As recently as three weeks ago, at a "Delivering Alpha" financial conference, Geithner assured his audience that despite the European crisis American banks were in great shape:
Our financial system -- because of the actions we took early in the crisis -- is in a much stronger position to deal with these new risks than it was before this crisis. Much, much stronger position. Way ahead of the rest of the world in terms of making sure they have a stronger financial foundation to handle any type of shock.
This has been Geithner's strategy since the earliest days of the crisis: work with the Federal Reserve to throw money at the big banks, resist fundamental changes in their business model, and talk up their solvency even in the face of contrary evidence.
Given the proprietary data that Geithner surely sees as Treasury Secretary, he must know that these words are wishful at best and downright deceptive at worst. If his assurances turn out to be so much baloney, then Geithner, President Obama's re-election chances, and the economy could all be in big trouble.
The fact is that European banks are functioning only because the European Central Bank in spite of its reluctance has been flooding the system with liquidity, and at least one U.S bank -- Bank of America -- is barely solvent and heavily reliant on the Fed.
If events turn critical again and we face a repeat risk of the seizing up of financial markets as in the fall of 2008, the Obama administration's rhetorical populist turn will be of no use. The president will need to make a fateful decision.

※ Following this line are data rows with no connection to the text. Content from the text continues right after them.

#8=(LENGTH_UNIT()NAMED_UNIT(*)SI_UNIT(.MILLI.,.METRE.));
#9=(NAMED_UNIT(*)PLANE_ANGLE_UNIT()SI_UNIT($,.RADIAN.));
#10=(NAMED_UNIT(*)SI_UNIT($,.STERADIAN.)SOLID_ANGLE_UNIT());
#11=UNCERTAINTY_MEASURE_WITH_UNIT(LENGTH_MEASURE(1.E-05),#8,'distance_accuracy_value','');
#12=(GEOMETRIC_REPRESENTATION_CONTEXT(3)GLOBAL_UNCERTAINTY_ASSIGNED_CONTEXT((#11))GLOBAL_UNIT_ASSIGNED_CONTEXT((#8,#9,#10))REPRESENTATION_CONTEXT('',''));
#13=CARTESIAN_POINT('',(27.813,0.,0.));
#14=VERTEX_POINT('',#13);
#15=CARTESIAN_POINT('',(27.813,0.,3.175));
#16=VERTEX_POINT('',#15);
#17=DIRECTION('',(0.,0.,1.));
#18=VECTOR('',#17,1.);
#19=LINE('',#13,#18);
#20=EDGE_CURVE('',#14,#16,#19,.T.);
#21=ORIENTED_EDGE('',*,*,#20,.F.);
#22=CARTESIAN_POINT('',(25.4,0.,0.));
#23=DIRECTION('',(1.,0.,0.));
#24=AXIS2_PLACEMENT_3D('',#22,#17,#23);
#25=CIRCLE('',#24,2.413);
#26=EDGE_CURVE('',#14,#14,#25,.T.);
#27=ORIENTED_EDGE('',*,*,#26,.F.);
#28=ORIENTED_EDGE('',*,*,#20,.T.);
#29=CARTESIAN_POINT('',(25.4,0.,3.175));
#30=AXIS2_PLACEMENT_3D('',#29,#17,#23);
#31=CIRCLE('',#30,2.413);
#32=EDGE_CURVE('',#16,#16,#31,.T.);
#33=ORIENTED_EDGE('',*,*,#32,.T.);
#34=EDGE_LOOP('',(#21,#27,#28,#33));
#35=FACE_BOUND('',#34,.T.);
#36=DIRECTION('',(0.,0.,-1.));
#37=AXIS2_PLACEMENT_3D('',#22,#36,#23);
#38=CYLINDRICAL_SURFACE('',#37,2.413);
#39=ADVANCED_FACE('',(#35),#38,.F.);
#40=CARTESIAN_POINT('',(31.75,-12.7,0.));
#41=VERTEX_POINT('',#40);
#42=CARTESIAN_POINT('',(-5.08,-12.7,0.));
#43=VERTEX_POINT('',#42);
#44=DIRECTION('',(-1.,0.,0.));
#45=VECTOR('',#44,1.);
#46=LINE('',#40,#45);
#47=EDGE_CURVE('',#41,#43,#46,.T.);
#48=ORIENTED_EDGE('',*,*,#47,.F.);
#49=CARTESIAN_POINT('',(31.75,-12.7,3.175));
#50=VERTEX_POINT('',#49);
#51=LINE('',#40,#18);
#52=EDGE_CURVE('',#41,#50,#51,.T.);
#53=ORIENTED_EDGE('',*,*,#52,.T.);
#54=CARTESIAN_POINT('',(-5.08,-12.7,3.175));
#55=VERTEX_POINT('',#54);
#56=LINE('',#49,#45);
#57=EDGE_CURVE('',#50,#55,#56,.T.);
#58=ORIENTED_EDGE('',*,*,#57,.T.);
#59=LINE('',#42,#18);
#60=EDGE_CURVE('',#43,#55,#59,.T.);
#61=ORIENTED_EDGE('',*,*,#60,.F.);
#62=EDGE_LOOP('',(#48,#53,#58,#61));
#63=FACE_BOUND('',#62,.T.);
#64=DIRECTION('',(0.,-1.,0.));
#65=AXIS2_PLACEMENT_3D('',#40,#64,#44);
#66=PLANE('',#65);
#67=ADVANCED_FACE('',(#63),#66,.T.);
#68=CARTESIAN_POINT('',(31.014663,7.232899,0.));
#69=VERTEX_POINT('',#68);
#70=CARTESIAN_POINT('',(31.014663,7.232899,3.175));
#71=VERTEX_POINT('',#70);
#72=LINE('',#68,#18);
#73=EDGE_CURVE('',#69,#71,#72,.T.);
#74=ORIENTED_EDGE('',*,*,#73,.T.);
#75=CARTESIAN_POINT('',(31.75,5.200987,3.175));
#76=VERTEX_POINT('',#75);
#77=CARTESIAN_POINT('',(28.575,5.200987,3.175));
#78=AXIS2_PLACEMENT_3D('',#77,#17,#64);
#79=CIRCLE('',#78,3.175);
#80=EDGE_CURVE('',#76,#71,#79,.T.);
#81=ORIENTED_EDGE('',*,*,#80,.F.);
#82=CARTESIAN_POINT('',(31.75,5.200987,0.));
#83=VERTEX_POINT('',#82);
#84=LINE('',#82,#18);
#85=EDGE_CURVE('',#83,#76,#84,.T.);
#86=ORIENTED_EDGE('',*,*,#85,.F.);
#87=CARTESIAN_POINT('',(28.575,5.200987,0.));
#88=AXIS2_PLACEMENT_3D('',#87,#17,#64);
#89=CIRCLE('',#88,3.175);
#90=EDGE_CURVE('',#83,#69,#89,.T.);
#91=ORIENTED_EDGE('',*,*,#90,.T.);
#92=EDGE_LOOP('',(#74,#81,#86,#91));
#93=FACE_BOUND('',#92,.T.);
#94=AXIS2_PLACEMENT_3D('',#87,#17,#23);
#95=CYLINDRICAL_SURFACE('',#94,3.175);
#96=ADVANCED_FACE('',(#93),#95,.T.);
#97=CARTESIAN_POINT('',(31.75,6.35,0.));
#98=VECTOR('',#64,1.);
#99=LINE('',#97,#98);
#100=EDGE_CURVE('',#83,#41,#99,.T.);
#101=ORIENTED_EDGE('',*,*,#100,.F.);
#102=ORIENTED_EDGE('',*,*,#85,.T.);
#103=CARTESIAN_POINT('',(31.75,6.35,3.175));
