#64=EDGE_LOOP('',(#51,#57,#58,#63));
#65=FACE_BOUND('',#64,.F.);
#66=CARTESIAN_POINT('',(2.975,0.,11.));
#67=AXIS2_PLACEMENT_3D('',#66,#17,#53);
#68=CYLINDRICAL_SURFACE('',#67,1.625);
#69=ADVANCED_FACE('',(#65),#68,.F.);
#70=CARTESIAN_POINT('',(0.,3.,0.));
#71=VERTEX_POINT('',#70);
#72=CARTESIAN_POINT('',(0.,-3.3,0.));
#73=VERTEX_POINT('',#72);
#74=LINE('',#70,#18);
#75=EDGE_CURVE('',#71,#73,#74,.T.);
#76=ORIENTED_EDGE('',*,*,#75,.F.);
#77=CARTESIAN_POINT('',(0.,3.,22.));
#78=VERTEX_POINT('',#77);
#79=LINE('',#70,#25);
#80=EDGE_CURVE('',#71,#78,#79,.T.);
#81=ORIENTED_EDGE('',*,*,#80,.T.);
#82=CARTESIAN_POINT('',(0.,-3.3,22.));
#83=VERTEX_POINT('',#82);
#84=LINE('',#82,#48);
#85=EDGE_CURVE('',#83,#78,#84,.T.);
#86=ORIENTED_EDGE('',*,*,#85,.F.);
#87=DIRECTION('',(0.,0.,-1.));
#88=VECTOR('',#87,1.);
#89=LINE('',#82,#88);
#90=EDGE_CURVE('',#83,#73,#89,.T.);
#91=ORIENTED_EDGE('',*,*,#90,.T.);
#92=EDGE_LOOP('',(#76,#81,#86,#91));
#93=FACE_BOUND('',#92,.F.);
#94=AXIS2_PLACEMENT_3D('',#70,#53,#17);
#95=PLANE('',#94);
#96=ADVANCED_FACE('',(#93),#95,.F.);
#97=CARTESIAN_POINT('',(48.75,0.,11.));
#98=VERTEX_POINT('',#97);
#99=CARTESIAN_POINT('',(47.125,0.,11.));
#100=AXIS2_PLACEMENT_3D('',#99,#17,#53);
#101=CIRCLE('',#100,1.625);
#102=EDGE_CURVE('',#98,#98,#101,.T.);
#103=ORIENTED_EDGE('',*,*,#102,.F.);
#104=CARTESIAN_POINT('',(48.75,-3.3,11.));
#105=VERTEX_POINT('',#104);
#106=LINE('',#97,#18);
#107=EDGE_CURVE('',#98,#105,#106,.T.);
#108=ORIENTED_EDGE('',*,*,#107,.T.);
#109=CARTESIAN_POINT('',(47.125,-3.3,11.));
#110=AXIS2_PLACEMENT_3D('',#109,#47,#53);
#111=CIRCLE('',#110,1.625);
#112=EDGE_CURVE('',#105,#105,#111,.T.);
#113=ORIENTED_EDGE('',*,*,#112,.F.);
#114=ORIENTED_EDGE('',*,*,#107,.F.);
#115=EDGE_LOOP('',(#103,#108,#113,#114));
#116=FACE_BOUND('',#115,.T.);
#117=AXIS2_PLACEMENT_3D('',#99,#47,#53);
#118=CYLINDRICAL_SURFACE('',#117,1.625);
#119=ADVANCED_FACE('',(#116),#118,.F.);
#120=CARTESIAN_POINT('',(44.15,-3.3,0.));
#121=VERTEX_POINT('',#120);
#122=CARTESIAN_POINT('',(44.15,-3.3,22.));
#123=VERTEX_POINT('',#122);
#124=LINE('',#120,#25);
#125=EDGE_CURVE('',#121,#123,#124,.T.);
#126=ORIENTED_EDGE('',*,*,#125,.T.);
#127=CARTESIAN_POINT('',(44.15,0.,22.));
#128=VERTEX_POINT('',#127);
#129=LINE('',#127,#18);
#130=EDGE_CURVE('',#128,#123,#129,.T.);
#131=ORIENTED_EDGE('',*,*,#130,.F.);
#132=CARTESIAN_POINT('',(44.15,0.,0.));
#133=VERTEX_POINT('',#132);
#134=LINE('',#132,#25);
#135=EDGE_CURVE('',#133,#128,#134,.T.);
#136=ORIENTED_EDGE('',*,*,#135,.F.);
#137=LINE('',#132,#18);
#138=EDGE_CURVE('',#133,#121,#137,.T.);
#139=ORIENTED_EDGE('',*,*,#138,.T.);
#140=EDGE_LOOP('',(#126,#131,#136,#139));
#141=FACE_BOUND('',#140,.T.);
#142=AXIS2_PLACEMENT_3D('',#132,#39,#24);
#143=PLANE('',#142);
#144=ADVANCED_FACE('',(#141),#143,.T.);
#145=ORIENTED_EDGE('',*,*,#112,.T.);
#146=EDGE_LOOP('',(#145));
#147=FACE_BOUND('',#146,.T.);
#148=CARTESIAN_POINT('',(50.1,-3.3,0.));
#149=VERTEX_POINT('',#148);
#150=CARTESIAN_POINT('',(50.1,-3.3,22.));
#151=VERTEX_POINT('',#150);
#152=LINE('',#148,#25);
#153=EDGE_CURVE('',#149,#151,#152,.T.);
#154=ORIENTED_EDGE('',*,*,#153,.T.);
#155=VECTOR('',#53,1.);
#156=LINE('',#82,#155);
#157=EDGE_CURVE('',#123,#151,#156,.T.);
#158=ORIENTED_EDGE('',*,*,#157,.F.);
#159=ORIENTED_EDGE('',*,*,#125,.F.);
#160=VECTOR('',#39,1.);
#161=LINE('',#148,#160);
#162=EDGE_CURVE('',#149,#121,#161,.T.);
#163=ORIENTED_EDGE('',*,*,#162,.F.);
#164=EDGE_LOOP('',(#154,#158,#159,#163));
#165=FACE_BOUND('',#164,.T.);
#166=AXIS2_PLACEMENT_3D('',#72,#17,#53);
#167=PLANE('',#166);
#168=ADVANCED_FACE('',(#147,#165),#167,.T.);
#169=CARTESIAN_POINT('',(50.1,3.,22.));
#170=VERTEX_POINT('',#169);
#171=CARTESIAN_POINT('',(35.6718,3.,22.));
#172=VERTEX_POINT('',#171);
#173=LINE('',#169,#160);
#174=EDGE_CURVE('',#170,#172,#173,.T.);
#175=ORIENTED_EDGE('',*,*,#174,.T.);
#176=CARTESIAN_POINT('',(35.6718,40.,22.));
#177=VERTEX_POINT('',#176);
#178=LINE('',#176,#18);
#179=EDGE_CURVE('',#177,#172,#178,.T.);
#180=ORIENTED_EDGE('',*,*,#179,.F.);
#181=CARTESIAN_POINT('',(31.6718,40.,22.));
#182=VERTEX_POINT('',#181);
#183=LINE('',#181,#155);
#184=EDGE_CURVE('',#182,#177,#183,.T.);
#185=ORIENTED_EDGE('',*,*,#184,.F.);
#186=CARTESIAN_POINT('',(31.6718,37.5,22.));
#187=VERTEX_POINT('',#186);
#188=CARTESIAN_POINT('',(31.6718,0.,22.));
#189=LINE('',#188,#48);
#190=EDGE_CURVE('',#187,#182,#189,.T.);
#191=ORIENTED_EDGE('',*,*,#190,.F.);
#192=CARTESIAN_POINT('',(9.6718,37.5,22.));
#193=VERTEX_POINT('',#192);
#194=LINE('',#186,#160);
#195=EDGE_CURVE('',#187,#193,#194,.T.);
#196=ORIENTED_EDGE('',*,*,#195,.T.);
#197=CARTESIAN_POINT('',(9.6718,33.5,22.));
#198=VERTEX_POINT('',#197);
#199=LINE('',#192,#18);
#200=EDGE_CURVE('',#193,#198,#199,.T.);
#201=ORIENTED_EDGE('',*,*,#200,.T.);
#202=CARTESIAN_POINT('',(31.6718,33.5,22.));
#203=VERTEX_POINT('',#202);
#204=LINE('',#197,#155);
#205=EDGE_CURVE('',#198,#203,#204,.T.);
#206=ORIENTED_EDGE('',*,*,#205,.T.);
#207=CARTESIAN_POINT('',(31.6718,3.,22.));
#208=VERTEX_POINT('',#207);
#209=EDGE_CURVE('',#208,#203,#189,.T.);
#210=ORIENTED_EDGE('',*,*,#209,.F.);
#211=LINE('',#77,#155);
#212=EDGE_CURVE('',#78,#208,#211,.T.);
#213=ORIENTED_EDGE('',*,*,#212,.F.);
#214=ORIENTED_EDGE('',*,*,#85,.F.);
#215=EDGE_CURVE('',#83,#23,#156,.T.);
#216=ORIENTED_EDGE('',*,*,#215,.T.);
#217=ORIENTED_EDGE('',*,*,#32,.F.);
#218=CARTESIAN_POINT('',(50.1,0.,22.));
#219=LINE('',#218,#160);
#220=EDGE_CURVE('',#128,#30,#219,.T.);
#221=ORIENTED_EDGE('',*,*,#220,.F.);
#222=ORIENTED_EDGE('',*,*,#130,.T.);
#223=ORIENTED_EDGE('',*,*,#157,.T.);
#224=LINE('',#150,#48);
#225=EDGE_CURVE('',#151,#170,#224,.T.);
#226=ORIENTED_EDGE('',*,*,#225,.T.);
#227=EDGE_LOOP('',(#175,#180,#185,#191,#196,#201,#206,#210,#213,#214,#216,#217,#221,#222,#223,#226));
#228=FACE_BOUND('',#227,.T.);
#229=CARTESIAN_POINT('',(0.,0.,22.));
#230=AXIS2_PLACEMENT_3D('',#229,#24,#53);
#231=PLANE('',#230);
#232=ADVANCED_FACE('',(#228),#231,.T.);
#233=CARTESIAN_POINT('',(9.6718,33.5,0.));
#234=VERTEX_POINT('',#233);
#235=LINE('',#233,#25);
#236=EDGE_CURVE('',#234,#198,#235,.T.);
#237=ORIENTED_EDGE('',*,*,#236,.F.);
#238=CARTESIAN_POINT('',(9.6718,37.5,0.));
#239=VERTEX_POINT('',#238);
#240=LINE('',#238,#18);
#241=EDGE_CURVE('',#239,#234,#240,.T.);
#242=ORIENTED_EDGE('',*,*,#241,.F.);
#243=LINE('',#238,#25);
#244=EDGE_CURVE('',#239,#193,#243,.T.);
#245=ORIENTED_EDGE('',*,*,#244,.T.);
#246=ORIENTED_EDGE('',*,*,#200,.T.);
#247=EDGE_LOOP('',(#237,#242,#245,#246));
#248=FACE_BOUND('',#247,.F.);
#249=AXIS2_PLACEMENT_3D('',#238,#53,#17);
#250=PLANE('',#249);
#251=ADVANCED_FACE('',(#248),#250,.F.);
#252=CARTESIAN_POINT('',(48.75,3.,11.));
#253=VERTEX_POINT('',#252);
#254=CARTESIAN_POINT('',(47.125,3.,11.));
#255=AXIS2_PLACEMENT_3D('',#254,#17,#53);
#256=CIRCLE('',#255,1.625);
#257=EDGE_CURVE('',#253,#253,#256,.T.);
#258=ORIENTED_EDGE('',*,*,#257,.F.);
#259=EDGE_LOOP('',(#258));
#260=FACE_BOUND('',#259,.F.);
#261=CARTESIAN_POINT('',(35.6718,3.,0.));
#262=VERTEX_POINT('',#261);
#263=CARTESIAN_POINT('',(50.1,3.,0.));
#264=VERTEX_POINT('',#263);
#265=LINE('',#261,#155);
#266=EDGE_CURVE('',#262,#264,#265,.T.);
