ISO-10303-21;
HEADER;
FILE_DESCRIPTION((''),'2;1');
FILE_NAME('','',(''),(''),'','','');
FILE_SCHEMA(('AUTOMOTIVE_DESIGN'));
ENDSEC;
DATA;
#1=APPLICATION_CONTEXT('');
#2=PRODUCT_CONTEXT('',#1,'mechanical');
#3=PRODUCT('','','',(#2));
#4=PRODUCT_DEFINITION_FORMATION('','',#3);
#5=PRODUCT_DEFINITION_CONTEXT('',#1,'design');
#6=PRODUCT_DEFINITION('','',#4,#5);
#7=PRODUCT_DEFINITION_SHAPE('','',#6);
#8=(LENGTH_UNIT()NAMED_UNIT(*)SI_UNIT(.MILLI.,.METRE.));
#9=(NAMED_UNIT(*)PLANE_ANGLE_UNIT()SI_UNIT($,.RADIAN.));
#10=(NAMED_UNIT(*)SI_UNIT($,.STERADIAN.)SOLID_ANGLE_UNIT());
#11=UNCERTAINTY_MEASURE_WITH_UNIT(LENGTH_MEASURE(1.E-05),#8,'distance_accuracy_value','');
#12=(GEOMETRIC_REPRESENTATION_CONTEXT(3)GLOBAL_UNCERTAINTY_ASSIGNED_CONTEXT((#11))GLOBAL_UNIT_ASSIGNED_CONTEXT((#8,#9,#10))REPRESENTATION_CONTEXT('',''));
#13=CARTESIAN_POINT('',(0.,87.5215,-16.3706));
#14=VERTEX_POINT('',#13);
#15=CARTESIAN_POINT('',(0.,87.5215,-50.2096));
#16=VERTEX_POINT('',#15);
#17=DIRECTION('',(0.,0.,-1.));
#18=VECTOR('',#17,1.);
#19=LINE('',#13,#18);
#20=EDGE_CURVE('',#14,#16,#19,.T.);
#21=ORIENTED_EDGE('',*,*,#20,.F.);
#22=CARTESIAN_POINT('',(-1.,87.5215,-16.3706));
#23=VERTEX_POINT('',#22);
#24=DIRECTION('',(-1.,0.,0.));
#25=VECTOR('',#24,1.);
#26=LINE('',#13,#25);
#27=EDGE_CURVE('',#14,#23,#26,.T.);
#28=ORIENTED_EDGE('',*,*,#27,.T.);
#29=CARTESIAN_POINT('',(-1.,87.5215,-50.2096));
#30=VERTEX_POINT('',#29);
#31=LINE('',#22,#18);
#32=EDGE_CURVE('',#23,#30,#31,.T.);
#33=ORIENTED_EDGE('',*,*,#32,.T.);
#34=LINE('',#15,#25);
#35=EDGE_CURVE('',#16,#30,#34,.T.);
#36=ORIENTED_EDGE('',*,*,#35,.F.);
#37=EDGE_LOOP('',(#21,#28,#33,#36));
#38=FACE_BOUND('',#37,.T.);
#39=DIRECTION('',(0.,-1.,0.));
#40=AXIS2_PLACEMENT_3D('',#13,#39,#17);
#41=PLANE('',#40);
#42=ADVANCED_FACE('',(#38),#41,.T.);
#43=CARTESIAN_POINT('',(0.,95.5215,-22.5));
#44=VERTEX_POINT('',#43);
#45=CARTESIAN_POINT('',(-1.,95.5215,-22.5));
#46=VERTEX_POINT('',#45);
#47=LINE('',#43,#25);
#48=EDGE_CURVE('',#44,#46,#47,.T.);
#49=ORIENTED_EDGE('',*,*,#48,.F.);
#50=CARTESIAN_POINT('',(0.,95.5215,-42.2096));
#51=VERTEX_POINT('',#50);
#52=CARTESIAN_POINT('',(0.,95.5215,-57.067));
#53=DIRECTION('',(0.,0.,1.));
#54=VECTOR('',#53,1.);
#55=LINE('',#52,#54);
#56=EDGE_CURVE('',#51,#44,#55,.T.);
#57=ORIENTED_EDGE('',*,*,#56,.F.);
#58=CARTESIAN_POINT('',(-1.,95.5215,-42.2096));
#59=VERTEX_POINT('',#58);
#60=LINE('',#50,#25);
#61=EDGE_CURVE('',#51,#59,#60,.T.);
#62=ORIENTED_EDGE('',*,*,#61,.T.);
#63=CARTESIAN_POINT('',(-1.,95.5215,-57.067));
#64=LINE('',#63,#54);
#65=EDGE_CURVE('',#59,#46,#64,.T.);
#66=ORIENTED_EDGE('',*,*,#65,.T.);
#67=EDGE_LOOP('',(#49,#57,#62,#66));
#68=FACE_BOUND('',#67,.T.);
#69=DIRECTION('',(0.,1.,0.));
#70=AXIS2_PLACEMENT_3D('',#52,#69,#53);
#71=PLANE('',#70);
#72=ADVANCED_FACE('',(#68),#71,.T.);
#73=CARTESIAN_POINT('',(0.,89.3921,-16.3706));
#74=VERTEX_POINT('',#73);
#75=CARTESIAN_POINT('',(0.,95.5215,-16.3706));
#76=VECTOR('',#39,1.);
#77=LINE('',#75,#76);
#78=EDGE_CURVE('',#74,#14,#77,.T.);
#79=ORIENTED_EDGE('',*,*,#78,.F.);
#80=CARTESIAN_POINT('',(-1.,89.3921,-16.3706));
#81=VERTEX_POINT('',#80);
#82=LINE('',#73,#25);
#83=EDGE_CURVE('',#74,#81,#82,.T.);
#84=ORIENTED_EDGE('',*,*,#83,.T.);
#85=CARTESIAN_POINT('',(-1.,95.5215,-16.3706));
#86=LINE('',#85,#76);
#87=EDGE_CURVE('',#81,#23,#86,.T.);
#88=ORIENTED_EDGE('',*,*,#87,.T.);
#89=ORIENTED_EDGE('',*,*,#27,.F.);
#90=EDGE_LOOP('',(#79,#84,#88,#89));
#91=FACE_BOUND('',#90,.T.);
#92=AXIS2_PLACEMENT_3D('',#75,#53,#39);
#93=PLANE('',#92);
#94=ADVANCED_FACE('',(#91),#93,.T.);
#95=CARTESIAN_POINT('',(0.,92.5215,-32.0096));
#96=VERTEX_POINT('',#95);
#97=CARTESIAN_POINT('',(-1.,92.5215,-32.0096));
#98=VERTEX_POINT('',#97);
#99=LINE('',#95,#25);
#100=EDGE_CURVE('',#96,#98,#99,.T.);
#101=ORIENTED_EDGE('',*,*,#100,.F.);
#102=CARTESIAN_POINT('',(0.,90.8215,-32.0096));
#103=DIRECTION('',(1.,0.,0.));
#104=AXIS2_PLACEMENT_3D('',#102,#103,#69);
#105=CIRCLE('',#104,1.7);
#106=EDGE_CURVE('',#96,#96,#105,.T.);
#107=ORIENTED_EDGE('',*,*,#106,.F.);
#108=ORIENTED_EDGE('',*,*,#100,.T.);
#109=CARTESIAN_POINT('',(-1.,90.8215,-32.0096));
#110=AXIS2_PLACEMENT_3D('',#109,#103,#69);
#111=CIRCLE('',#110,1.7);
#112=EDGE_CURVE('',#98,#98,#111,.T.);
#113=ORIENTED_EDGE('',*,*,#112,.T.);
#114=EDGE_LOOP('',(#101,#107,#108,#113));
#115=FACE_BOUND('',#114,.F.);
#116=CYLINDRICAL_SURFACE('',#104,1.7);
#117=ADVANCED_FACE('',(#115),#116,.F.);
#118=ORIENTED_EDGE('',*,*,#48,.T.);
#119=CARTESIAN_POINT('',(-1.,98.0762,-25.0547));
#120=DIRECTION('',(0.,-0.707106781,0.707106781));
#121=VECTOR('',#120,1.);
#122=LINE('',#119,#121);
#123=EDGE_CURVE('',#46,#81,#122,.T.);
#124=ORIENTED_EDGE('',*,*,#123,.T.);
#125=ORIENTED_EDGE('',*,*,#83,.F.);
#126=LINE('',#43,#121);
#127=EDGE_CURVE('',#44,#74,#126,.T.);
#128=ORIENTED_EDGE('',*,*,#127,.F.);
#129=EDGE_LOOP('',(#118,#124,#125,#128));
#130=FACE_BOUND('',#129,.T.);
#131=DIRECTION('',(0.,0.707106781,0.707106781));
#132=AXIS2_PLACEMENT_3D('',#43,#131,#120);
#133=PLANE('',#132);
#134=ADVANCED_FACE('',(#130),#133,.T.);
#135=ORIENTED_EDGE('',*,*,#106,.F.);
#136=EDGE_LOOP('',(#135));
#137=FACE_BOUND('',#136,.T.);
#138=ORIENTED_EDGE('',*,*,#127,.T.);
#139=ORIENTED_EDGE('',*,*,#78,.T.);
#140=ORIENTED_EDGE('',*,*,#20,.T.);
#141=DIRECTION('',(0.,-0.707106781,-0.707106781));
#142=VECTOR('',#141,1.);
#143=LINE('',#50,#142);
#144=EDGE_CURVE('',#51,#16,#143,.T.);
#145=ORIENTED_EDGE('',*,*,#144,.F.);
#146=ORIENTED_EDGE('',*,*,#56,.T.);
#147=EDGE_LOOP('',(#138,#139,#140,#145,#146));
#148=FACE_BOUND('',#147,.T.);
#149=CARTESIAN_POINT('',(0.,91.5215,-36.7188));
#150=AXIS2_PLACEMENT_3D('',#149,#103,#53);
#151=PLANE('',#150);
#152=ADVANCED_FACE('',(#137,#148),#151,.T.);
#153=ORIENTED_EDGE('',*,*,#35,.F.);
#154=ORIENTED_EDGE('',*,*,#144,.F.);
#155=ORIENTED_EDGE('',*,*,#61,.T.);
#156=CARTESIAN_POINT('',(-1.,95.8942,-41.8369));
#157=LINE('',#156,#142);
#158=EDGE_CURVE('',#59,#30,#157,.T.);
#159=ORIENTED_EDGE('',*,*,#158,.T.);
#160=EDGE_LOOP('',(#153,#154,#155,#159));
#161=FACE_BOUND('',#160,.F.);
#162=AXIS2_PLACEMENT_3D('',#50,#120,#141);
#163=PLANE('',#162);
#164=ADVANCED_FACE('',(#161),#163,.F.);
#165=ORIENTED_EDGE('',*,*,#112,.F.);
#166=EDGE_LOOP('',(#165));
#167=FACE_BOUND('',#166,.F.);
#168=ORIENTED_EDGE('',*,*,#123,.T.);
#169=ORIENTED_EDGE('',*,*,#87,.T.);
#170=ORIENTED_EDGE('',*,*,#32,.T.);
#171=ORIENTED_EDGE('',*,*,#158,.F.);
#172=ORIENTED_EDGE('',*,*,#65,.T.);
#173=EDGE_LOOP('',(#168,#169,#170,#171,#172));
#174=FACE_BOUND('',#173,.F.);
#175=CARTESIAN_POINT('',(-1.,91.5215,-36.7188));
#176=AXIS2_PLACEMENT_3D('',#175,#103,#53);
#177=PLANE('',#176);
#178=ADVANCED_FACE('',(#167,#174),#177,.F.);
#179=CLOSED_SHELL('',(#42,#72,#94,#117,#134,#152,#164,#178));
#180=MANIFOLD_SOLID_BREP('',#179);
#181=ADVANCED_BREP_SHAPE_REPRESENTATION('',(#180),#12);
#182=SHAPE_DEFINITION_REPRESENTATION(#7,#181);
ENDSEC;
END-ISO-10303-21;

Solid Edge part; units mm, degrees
sketch "Sketch1" plane through (0, 0, 0) normal (1, 0, 0) x (0, 1, 0)
  line L0 (95.5215, -16.3706) -> (87.5215, -16.3706)
  line L1 (87.5215, -16.3706) -> (87.5215, -57.067)
  line L2 (87.5215, -57.067) -> (95.5215, -57.067)
  line L3 (95.5215, -57.067) -> (95.5215, -16.3706)
  circle A0 centre (90.8215, -32.0096) radius 1.7
  dimension "D1" = 8
extrude "Protrusion1" add sketch "Sketch1" against normal blind 1
sketch "Sketch2" plane through (0, 91.5215, -36.7188) normal (1, 0, 0) x (0, 0, 1)
  line L0 (-5.4908, -4) -> (-25.4908, 16)
  line L1 (-25.4908, 16) -> (-24.9247, -9.9187)
  line L2 (-24.9247, -9.9187) -> (-5.4908, -4)
  line L3 (14.2188, -4) -> (34.2188, 16)
  line L4 (34.2188, 16) -> (29.5856, -11.0555)
  line L5 (29.5856, -11.0555) -> (14.2188, -4)
extrude "ExtrudedCutout_1" cut sketch "Sketch2" against normal blind 36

Worst of all would be to let a large institution like Bank of America just fail. Outside of the hard-core Tea Party right, nobody supports this.
The second worst policy would be to just keep throwing money at a zombie institution to keep up the pretense that it is solvent. We tried that policy in 2008 and 2009. It helped entrenched bankers keep their jobs and their outsized profits, but a wounded banking system continued to be a lead weight on the rest of the economy.